WHAT TO DO: The answer should be an exact repeat of the stretch of material below from the line containing "f 303 204 223" through the line containing "F2_DEPTH = 4".

DATA IN THIS EXERCISE:
··········

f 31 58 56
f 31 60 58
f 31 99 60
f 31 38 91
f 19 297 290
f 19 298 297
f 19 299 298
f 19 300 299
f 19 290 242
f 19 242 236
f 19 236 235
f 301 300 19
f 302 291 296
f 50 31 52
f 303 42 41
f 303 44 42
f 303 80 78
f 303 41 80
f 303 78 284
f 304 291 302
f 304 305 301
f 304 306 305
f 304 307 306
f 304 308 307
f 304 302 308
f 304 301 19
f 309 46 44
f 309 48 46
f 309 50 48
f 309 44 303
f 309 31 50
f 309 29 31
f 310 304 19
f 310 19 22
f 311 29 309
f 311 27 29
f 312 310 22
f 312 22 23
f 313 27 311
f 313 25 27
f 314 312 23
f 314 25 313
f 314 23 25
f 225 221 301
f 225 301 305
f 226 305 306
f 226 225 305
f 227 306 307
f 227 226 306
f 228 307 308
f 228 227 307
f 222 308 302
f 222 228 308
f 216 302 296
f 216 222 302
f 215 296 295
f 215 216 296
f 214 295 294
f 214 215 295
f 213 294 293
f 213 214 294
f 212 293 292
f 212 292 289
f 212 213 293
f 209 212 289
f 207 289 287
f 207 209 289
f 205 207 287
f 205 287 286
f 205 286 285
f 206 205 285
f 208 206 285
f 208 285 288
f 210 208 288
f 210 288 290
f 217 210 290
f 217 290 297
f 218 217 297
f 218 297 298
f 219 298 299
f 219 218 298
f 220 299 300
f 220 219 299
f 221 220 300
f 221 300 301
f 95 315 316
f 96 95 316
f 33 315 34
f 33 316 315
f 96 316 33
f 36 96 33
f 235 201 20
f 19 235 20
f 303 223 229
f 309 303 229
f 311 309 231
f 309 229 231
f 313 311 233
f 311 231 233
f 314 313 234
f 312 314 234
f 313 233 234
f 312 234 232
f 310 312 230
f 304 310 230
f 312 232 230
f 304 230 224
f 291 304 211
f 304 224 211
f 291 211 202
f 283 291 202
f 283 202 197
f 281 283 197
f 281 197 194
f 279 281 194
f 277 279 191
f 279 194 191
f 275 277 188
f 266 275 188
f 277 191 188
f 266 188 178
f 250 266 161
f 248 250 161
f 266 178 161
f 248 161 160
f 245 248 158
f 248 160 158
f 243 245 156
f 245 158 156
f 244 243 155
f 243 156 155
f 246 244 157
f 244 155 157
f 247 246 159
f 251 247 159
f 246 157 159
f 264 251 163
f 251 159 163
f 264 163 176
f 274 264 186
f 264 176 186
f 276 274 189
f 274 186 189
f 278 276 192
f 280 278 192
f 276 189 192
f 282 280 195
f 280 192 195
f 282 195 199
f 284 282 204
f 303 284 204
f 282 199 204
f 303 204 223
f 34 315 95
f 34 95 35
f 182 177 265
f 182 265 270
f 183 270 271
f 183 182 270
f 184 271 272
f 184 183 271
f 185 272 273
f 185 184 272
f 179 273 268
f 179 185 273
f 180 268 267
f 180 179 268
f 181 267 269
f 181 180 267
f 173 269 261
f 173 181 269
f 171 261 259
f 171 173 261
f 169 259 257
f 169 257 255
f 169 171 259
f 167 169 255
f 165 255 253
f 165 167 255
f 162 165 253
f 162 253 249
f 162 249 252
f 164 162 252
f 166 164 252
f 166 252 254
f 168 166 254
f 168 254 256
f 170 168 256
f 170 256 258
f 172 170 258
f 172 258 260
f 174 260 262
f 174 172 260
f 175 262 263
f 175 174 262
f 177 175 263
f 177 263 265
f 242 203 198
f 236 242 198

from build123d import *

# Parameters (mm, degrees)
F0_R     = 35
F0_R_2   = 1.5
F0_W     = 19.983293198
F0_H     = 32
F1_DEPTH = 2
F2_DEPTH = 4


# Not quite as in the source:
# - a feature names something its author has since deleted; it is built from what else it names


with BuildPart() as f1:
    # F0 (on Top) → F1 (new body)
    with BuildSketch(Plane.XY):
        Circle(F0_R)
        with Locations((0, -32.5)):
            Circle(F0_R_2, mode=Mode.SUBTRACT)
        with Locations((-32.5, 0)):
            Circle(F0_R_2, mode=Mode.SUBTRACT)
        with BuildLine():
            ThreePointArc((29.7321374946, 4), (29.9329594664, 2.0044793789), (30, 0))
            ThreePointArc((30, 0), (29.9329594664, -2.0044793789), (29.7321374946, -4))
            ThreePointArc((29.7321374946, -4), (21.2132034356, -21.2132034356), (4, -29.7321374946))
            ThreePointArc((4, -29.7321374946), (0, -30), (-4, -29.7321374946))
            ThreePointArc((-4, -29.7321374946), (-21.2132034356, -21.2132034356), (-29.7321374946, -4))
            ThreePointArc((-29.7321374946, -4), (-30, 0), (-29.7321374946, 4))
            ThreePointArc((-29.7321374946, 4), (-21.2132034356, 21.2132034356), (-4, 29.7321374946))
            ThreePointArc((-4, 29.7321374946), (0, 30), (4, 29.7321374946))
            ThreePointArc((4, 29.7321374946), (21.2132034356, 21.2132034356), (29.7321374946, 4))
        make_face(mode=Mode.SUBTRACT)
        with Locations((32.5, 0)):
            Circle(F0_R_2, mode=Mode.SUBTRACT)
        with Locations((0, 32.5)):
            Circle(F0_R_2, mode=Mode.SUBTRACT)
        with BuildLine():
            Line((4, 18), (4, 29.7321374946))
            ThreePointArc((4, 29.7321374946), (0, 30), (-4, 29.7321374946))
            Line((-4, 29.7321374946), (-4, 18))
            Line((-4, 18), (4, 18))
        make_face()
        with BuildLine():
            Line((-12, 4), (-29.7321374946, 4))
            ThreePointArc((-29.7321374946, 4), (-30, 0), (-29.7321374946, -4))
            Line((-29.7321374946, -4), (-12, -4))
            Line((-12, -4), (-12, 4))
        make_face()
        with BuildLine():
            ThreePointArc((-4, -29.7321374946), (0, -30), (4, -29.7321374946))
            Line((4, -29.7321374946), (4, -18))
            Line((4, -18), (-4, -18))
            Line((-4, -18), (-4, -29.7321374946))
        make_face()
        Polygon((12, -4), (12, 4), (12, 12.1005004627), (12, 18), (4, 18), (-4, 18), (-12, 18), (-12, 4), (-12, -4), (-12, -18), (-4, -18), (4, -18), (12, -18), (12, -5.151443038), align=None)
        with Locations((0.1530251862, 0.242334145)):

··········

WRITTEN ANSWER:
f 303 204 223
f 34 315 95
f 34 95 35
f 182 177 265
f 182 265 270
f 183 270 271
f 183 182 270
f 184 271 272
f 184 183 271
f 185 272 273
f 185 184 272
f 179 273 268
f 179 185 273
f 180 268 267
f 180 179 268
f 181 267 269
f 181 180 267
f 173 269 261
f 173 181 269
f 171 261 259
f 171 173 261
f 169 259 257
f 169 257 255
f 169 171 259
f 167 169 255
f 165 255 253
f 165 167 255
f 162 165 253
f 162 253 249
f 162 249 252
f 164 162 252
f 166 164 252
f 166 252 254
f 168 166 254
f 168 254 256
f 170 168 256
f 170 256 258
f 172 170 258
f 172 258 260
f 174 260 262
f 174 172 260
f 175 262 263
f 175 174 262
f 177 175 263
f 177 263 265
f 242 203 198
f 236 242 198

from build123d import *

# Parameters (mm, degrees)
F0_R     = 35
F0_R_2   = 1.5
F0_W     = 19.983293198
F0_H     = 32
F1_DEPTH = 2
F2_DEPTH = 4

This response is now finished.